=== Directions ===
Beneath this line are the data; copy exactly the part of them that opens with the line containing "#143=CARTESIAN_POINT('',(-44.45,53.975001,6.35));" and closes with the line containing "#148=ORIENTED_EDGE('',*,*,#147,.T.);", and only that part.

=== Records supplied ===
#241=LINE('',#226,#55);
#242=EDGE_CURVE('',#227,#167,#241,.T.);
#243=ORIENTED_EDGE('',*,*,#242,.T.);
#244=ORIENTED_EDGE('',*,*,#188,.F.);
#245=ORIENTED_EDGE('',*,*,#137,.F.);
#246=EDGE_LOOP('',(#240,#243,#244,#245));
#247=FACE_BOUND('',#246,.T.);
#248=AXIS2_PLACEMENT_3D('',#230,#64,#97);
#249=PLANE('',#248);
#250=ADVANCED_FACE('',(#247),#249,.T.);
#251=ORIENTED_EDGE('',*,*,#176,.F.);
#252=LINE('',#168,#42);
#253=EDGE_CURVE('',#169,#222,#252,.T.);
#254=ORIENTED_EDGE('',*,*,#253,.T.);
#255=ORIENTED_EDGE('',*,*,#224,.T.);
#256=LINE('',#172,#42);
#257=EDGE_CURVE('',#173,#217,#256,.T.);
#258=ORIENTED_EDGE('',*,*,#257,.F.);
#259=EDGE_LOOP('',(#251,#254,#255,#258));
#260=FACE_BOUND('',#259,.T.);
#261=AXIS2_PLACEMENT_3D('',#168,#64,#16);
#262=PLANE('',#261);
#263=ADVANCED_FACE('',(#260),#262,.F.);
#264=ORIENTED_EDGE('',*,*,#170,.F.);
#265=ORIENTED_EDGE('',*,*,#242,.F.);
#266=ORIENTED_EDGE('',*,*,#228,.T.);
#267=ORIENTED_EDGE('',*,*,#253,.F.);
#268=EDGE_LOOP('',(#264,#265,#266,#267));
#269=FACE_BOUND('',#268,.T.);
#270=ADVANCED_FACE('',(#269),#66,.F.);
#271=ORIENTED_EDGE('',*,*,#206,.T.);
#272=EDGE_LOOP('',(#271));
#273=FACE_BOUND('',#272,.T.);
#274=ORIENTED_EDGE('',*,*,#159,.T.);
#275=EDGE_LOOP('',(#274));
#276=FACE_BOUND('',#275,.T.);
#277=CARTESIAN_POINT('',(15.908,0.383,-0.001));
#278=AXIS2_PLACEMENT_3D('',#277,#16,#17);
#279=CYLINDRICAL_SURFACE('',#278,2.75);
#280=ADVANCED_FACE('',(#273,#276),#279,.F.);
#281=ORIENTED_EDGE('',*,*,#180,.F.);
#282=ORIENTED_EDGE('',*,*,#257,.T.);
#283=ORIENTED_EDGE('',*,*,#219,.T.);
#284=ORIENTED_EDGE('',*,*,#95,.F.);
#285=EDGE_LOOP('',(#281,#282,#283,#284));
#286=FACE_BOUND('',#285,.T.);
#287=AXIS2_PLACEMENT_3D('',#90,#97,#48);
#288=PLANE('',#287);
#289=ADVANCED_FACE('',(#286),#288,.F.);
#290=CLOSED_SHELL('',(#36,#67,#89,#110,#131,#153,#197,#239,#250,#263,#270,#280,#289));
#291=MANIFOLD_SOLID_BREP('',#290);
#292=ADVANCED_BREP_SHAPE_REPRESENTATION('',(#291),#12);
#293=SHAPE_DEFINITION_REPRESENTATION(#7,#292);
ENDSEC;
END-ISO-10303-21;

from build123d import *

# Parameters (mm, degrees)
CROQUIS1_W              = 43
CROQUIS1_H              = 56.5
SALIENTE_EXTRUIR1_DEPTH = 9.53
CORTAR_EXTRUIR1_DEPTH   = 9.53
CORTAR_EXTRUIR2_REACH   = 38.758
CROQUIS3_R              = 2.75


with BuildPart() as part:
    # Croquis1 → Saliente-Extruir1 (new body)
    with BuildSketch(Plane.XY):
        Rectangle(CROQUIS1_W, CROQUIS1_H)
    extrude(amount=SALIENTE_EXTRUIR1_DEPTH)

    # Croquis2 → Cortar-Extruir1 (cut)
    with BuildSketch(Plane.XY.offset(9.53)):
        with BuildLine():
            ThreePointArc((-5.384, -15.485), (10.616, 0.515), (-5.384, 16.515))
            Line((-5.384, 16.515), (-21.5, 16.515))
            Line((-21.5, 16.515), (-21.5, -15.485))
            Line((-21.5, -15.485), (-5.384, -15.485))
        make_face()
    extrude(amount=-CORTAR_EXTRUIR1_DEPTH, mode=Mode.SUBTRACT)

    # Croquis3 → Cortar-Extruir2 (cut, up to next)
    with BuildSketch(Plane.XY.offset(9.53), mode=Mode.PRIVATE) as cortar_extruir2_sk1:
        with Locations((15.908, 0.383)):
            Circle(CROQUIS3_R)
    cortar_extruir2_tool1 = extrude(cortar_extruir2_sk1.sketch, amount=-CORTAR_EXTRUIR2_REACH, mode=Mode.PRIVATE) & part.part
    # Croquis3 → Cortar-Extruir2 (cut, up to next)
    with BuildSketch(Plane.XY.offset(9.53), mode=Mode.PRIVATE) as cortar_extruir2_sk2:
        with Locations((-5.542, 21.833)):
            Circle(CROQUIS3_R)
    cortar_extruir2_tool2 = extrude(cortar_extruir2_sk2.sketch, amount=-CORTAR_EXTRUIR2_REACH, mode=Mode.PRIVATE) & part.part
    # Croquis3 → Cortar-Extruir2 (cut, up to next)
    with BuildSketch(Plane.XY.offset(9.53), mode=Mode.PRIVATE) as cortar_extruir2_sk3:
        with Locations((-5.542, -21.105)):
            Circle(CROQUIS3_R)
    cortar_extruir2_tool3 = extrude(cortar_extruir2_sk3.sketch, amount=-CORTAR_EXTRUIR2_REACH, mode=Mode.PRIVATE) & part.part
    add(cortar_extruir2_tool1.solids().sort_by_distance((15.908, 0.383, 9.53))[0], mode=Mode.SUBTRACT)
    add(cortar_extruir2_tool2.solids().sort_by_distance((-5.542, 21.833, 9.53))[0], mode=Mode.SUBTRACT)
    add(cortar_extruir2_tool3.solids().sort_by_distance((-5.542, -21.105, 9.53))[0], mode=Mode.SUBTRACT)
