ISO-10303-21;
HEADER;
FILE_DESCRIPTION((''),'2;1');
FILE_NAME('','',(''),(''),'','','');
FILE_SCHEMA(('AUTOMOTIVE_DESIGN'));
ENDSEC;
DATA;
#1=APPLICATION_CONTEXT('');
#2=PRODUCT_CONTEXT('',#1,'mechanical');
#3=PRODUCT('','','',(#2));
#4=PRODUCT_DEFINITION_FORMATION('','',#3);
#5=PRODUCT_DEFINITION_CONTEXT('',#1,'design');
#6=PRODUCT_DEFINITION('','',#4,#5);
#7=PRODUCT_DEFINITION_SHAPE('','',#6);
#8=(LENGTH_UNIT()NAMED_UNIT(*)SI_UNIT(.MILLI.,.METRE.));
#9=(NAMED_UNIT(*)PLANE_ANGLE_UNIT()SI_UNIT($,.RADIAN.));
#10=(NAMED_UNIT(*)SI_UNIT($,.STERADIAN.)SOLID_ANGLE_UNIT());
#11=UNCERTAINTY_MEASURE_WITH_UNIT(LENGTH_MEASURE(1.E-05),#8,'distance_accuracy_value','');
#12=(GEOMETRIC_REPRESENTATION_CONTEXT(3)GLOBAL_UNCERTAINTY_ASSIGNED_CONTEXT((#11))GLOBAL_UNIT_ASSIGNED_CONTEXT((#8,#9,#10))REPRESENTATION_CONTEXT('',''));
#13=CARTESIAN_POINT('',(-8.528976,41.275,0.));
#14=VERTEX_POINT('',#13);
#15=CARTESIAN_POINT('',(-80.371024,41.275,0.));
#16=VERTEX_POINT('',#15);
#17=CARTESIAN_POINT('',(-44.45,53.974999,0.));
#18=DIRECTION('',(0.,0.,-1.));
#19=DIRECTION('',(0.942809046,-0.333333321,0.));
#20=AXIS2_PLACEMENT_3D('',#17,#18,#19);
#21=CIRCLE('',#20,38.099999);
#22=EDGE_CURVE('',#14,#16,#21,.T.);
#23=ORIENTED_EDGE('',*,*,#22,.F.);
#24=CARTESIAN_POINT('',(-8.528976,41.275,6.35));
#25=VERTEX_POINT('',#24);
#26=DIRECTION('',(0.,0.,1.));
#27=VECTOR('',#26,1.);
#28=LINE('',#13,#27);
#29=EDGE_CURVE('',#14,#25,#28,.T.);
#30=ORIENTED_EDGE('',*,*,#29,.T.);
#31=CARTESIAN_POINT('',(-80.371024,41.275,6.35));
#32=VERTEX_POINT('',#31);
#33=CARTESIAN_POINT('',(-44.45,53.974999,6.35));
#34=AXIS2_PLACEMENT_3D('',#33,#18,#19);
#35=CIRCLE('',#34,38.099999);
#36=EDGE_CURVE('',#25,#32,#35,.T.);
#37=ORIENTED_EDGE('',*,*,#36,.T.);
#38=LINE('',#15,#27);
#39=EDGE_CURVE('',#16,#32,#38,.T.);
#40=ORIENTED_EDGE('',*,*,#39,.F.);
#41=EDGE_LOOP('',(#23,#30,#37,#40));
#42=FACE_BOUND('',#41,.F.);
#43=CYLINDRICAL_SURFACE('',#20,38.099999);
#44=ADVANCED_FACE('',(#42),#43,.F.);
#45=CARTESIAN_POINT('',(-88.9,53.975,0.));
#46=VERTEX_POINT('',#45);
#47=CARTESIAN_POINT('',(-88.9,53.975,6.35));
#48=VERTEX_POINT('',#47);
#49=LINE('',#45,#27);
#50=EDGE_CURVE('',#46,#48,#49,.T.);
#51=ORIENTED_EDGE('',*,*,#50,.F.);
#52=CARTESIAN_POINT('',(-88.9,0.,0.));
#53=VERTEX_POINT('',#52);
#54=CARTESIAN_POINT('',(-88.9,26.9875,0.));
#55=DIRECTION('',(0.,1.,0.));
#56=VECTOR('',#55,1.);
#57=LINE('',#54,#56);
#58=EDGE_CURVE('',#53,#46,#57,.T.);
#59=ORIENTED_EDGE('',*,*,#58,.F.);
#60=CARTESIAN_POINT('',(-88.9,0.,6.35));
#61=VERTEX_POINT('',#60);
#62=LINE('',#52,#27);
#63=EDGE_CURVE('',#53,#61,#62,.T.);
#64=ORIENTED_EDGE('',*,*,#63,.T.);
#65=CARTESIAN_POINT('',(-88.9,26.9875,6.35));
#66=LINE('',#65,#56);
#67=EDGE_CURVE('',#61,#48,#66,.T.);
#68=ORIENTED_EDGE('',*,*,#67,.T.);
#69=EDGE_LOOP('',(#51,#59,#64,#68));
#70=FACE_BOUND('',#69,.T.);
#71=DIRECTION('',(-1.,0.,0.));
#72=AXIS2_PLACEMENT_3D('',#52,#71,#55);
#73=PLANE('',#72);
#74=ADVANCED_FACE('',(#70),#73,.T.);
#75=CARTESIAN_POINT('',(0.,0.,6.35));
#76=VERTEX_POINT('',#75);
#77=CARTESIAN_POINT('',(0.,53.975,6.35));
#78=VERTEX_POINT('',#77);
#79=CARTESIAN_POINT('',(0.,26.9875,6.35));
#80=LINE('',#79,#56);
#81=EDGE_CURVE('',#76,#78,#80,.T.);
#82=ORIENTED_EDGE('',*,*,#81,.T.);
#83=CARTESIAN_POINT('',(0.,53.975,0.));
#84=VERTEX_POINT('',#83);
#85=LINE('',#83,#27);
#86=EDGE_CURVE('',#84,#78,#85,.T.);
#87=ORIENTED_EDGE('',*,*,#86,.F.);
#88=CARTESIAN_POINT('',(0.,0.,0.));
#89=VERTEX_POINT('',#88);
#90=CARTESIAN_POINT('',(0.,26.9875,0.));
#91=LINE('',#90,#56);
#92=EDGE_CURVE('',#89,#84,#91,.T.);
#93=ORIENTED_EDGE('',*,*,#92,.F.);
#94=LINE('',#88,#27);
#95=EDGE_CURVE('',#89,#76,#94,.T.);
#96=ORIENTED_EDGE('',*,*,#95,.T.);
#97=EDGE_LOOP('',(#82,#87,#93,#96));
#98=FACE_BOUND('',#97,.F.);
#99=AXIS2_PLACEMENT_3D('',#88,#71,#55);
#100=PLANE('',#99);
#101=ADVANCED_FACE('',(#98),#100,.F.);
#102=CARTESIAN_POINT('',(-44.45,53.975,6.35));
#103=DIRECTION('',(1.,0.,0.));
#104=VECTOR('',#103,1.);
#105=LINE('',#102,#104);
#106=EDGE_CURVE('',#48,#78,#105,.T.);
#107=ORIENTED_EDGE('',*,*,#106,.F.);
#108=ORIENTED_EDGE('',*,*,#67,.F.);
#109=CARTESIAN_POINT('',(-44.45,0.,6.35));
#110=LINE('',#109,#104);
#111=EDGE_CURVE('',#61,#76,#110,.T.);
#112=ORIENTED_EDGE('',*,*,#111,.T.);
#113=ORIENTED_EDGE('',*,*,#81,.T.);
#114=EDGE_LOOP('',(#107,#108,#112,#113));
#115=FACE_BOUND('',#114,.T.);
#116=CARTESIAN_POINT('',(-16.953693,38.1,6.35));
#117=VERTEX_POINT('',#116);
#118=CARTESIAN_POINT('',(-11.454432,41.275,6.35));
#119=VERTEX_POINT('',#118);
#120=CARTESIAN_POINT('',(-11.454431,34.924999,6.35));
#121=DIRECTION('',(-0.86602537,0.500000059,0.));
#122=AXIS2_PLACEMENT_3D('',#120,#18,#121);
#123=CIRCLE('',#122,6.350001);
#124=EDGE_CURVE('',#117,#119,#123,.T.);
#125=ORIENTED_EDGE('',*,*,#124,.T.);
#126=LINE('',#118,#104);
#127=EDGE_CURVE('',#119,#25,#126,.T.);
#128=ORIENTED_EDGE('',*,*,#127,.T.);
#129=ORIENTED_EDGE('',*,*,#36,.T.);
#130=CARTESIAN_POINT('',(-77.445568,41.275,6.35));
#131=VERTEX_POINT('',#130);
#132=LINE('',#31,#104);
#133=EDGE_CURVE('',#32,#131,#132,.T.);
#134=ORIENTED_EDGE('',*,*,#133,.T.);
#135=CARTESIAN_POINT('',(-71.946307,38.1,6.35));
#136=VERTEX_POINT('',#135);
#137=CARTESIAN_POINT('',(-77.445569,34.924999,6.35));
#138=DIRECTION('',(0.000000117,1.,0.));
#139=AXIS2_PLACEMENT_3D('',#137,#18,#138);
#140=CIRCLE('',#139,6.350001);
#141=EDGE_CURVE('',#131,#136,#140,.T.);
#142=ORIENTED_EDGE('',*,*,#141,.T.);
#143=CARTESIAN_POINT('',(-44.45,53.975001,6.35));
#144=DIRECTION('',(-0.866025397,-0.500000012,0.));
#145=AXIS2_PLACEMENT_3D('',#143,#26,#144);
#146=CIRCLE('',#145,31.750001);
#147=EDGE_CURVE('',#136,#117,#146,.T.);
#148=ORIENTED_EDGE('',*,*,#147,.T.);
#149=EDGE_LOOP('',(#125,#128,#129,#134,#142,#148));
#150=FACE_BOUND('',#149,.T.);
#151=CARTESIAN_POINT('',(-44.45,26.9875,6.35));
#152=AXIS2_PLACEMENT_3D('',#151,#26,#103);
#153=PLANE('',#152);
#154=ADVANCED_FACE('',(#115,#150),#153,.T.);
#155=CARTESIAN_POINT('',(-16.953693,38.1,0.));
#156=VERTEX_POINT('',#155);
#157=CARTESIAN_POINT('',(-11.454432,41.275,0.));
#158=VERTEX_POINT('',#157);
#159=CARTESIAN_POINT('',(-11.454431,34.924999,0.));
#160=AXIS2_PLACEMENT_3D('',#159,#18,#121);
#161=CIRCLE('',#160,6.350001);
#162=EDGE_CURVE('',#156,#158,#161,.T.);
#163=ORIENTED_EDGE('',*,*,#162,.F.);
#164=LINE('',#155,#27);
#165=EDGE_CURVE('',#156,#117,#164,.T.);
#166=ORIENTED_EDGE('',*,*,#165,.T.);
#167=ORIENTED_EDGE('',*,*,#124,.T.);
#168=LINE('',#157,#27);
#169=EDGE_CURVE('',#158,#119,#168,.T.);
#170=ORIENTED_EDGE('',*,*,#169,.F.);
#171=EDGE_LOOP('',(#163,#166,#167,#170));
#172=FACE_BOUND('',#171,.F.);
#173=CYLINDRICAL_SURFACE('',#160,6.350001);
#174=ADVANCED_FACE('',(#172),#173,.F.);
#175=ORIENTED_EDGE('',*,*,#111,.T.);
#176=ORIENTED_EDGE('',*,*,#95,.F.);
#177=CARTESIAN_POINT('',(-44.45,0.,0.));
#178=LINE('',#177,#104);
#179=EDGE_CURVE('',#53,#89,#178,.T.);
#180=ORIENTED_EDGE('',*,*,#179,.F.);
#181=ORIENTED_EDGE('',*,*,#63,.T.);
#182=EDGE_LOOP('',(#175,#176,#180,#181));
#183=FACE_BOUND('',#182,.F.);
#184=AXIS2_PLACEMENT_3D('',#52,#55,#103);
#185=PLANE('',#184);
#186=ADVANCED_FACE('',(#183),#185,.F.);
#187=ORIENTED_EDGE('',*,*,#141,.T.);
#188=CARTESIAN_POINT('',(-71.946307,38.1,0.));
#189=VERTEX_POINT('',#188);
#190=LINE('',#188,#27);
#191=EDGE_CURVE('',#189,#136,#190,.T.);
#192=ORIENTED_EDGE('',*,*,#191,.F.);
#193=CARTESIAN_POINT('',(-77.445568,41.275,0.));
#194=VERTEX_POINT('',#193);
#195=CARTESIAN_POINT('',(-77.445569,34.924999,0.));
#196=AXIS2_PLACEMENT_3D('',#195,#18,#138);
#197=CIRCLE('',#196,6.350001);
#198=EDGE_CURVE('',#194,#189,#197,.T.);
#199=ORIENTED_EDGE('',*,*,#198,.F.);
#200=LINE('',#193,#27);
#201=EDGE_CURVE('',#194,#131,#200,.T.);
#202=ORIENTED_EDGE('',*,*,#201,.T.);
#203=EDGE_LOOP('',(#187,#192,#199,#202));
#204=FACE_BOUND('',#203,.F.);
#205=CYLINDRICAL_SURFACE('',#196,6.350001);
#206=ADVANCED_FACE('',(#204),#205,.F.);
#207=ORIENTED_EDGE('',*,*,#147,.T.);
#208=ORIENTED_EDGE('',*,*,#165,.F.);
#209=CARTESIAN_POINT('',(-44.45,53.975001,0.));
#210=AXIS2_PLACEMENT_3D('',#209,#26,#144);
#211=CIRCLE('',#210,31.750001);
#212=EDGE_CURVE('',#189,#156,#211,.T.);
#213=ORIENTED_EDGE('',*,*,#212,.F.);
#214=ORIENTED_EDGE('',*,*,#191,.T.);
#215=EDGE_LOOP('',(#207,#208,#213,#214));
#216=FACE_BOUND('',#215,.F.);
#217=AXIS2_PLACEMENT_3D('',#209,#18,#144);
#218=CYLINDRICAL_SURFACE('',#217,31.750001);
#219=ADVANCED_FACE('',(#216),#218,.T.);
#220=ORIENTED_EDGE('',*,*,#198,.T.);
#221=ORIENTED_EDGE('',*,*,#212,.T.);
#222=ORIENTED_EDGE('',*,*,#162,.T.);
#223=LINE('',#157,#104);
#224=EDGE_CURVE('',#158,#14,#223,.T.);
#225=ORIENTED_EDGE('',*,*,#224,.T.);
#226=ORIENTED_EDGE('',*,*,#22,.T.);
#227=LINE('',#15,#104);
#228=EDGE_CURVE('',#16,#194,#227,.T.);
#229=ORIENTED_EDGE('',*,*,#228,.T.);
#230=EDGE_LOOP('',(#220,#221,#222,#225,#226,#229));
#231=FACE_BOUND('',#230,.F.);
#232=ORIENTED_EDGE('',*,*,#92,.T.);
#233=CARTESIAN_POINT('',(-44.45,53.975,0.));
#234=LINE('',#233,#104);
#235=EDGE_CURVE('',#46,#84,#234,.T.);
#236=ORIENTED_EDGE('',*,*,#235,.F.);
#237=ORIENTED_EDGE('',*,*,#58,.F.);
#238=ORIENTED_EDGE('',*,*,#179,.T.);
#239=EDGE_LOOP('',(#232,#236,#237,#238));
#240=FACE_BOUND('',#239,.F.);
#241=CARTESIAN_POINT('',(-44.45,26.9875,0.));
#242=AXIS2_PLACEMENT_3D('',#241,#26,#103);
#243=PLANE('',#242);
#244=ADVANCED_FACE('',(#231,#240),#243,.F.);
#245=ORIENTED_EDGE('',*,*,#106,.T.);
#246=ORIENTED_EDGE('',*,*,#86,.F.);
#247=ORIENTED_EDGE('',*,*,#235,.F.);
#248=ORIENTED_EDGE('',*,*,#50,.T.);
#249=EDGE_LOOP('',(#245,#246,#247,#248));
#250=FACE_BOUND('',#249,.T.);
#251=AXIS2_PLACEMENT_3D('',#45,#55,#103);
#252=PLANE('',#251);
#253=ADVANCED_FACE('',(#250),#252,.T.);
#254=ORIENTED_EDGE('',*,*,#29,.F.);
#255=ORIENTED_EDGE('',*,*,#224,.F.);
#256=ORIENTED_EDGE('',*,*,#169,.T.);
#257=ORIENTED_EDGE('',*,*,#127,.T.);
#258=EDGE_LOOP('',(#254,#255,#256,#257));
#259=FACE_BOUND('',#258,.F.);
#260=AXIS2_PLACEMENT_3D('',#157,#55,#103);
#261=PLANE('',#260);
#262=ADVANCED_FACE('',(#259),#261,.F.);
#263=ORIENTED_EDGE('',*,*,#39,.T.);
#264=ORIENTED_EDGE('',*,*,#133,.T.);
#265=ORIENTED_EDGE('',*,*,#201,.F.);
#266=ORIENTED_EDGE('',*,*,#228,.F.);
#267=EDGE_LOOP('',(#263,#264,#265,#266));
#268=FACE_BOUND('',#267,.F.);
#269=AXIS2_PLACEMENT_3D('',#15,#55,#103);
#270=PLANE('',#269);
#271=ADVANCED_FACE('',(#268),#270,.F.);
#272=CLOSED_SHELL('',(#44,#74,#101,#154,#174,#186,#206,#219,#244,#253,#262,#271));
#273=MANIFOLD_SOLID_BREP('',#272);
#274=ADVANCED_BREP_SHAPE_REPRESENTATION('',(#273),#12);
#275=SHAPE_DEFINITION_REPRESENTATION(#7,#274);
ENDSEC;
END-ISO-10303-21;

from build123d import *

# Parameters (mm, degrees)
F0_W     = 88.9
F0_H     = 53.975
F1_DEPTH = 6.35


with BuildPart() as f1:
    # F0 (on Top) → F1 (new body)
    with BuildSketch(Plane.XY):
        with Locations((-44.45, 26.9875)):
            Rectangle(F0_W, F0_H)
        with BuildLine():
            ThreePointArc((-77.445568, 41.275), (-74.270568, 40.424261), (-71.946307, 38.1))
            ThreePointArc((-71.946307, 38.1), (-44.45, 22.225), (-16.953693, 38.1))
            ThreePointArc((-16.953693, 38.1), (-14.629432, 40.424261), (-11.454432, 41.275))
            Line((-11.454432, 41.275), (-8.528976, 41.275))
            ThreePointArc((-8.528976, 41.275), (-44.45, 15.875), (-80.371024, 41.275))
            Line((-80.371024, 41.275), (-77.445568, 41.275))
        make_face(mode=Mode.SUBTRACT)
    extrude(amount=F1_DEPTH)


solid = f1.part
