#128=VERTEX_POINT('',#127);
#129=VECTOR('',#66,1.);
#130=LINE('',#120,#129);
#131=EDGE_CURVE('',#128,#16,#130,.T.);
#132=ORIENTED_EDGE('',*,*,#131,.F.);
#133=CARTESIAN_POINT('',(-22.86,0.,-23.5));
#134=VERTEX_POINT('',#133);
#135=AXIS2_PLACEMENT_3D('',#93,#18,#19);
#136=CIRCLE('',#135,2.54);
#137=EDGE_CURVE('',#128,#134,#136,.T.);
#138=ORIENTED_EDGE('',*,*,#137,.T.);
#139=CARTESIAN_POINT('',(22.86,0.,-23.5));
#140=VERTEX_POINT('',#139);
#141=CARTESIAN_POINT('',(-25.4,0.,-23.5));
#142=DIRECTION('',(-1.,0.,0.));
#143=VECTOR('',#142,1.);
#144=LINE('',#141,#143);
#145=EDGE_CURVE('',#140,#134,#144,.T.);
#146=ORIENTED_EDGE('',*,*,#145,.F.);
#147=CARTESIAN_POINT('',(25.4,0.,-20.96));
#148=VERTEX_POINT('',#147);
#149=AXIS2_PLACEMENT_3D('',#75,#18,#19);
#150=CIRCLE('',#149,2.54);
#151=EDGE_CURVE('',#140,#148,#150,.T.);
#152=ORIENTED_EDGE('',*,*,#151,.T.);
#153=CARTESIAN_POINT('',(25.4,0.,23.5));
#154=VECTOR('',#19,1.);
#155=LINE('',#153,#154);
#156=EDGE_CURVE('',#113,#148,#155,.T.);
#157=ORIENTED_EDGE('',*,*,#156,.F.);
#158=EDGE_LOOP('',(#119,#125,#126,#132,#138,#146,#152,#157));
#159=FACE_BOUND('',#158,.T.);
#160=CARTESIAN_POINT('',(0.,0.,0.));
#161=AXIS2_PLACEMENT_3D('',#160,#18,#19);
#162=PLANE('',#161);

=== Answer box ===
#143=CARTESIAN_POINT('',(-44.45,53.975001,6.35));
#144=DIRECTION('',(-0.866025397,-0.500000012,0.));
#145=AXIS2_PLACEMENT_3D('',#143,#26,#144);
#146=CIRCLE('',#145,31.750001);
#147=EDGE_CURVE('',#136,#117,#146,.T.);
#148=ORIENTED_EDGE('',*,*,#147,.T.);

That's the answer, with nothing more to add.